Schon am Morgen macht die traurige Nachricht die Runde – und wird natürlich politisch angeheizt. Der Tod eines 24-jährigen Syrers sei eine „direkte Folge von der Wartesituation am Lageso“, sagt etwa Diana Henniges von der Initiative „Moabit hilft“ zu Spiegel Online. Der junge Mann habe seit Wochen immer wieder beim Lageso vorstellig werden müssen, um Krankenscheine und andere Leistungen dort abzuholen. „Er war vom Warten in der Kälte ausgelaugt, hatte einen grippalen Infekt. Am Ende hat er sich auch mit Fieber am Lageso anstellen müssen.“ Er habe zudem nichts zu essen gehabt, weil das Lageso das Geld dafür nicht auszahle, so Henniges.

„Wir wissen gar nichts“

Berlins Integrationssenatorin Dilek Kolat von der SPD: „Ich habe noch keine Informationen, aber ich bin natürlich unendlich traurig.“ Ramona Pop von den Grünen sagt: „Wenn sich der Fall bestätigt, glaube ich nicht, dass Senator Czaja zu halten ist. Er ist nicht schuldig, aber verantwortlich. Wir haben es alle kommen sehen.“ Auch die Sprecherin von „Moabit hilft“ betonte, man habe keinen Anlass, die Angaben des Helferkollegen anzuzweifeln. Wenn sich der Fall bewahrheite, müsse „die direkte Konsequenz“ der Rücktritt von Sozialsenator Mario Czaja (CDU) sein.

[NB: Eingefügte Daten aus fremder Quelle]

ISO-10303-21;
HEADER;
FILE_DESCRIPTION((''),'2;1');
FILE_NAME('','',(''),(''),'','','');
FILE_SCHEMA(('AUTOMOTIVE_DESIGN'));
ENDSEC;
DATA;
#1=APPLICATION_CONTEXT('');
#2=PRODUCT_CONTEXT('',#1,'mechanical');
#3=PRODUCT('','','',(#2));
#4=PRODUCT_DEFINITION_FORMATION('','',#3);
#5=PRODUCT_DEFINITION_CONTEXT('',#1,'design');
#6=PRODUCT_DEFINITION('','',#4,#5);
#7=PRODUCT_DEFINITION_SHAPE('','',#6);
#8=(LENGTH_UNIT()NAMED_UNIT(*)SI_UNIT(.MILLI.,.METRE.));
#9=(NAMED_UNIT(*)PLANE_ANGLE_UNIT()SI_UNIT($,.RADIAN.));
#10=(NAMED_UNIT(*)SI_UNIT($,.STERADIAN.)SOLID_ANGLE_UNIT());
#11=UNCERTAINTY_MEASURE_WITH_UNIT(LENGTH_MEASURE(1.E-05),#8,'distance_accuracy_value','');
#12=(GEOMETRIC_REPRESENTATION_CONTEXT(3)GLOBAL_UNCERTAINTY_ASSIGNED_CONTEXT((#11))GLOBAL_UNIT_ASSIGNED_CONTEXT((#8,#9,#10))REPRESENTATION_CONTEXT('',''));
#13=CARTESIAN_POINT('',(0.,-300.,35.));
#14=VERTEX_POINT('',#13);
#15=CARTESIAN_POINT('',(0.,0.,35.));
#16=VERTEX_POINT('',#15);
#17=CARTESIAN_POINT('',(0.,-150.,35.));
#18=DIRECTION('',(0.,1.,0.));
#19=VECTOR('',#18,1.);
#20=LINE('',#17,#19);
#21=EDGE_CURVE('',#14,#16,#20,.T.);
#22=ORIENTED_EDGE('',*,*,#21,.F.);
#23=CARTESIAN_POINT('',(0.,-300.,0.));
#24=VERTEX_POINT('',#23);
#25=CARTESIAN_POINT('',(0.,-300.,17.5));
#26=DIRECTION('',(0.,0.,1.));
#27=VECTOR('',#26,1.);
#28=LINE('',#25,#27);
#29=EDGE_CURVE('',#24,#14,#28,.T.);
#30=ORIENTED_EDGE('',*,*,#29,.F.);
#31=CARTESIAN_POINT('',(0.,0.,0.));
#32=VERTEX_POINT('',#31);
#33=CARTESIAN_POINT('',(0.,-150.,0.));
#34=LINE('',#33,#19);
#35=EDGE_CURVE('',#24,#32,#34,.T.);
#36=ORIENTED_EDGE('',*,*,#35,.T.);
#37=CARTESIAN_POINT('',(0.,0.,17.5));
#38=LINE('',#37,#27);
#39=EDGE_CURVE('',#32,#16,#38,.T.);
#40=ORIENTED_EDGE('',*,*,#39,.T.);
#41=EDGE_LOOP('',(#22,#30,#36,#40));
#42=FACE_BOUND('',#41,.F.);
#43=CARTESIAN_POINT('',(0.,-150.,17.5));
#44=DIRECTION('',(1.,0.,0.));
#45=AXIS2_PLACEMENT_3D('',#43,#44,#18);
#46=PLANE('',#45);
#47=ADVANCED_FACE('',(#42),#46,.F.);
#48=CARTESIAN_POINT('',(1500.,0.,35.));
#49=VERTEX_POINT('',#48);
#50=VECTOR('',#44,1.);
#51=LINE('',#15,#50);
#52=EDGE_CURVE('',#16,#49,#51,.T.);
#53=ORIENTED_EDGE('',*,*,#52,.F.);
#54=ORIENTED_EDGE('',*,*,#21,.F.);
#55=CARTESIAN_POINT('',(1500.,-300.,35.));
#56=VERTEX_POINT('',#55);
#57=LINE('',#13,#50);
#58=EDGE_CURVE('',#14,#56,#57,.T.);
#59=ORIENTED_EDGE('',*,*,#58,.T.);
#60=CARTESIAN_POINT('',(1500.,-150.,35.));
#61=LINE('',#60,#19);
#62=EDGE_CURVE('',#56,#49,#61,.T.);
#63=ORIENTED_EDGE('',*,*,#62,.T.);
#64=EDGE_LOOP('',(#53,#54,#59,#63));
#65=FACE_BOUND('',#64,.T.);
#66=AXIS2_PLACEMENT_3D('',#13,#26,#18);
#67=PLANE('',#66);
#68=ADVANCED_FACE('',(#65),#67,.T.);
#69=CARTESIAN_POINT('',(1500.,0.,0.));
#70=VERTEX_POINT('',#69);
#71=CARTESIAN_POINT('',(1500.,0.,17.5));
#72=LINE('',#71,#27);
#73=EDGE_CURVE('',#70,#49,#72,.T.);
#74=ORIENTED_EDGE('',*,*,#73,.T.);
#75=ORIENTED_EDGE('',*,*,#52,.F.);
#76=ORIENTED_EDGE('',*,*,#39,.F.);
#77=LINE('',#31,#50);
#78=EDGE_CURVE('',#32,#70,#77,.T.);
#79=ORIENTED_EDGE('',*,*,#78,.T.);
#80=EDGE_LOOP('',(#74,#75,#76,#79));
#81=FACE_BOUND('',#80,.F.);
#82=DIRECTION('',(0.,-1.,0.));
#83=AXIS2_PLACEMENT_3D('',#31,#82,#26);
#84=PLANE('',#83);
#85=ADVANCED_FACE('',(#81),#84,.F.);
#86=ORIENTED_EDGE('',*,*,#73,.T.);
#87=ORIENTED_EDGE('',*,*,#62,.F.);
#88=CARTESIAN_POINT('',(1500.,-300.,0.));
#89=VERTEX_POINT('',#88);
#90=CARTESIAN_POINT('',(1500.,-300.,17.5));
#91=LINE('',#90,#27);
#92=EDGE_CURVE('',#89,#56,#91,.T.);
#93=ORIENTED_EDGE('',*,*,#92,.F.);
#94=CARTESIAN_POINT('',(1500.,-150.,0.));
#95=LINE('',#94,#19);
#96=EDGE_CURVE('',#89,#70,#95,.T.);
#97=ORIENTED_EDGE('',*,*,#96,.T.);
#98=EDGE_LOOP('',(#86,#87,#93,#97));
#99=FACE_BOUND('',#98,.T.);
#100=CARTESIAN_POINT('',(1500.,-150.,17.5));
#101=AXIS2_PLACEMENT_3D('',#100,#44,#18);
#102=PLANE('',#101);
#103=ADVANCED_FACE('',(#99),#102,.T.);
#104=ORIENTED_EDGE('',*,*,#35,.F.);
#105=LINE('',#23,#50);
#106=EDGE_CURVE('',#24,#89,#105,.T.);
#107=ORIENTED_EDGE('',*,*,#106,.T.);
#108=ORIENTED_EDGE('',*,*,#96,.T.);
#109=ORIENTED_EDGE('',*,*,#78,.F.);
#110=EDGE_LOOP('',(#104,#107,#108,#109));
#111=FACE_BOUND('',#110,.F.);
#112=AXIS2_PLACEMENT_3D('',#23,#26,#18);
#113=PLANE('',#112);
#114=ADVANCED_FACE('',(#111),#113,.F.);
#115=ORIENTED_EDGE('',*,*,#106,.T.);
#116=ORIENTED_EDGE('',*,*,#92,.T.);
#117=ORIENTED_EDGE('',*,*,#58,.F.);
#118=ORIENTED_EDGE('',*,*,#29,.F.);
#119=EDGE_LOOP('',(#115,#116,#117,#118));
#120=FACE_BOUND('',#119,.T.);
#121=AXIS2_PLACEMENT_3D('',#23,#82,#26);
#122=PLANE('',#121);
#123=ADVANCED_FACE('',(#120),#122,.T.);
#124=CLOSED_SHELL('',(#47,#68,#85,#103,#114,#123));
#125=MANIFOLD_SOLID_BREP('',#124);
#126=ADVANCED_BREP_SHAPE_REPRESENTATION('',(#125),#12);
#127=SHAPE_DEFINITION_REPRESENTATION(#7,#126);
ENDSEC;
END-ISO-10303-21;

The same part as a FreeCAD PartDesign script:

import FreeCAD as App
import Part
import Sketcher

V = App.Vector
Q = App.Units.Quantity

doc = App.newDocument("Part")
body = doc.addObject("PartDesign::Body", "Body")

sketch1 = body.newObject("Sketcher::SketchObject", "Sketch")
sketch1.AttachmentSupport = (doc.getObject("YZ_Plane"), [""])
sketch1.MapMode = "FlatFace"
sketch1.addGeometry(Part.LineSegment(V(-300, 35, 0), V(-300, 0, 0)), False)
sketch1.addGeometry(Part.LineSegment(V(-300, 0, 0), V(0, 0, 0)), False)
sketch1.addGeometry(Part.LineSegment(V(0, 0, 0), V(0, 35, 0)), False)
sketch1.addGeometry(Part.LineSegment(V(0, 35, 0), V(-300, 35, 0)), False)
sketch1.addConstraint(Sketcher.Constraint("Coincident", 0, 2, 1, 1))
sketch1.addConstraint(Sketcher.Constraint("Coincident", 1, 2, 2, 1))
sketch1.addConstraint(Sketcher.Constraint("Coincident", 2, 2, 3, 1))
sketch1.addConstraint(Sketcher.Constraint("Coincident", 3, 2, 0, 1))
sketch1.addConstraint(Sketcher.Constraint("Vertical", 0))
sketch1.addConstraint(Sketcher.Constraint("Horizontal", 1))
sketch1.addConstraint(Sketcher.Constraint("Vertical", 2))
sketch1.addConstraint(Sketcher.Constraint("Horizontal", 3))
sketch1.addConstraint(Sketcher.Constraint("Coincident", 1, 2, -1, 1))
sketch1.addConstraint(Sketcher.Constraint("DistanceX", 1, 1, 1, 2, Q("300 mm")))
sketch1.addConstraint(Sketcher.Constraint("DistanceY", 0, 2, 0, 1, Q("35 mm")))
pad1 = body.newObject("PartDesign::Pad", "Pad")
pad1.Profile = sketch1
pad1.Length = 1500

doc.recompute()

Doch irgendetwas war komisch. Die Behörden nämlich wussten von nichts. Auch das ist für Berlin nicht gänzlich auszuschließen, aber schon merkwürdig. Die Berliner Feuerwehr konnte einen Notarzteinsatz in der Nacht („zwischen 1 und 3 Uhr“) nicht bestätigen. Keine Rettungsstelle konnte den Tod eines Syrers bestätigen. Die Senatsverwaltung für Gesundheit und Soziales ließ alle Kliniken überprüfen. „Wir haben alle Aufnahme-Krankenhäuser abgefragt“, sagte eine Sprecherin der SZ am Nachmittag: „Dort gibt es keine Informationen darüber.“

Und plötzlich wurde auch die „Moabit hilft“-Sprecherin außerordentlich vorsichtig: „Wir wissen gar nichts.“ Der Helfer, der die Quelle aller Aufregung war, war abgetaucht, hatte „sich in seiner Wohnung verbarrikadiert“, so seine Freunde. Aber nur er kannte die ganze Wahrheit. Am Abend dann wurde klar: Der Flüchtlingshelfer hatte den Todesfall erfunden. „Er hat in der Vernehmung zugegeben, dass er alles frei erfunden hat“, sagte ein Behördensprecher nach der Vernehmung des Mannes.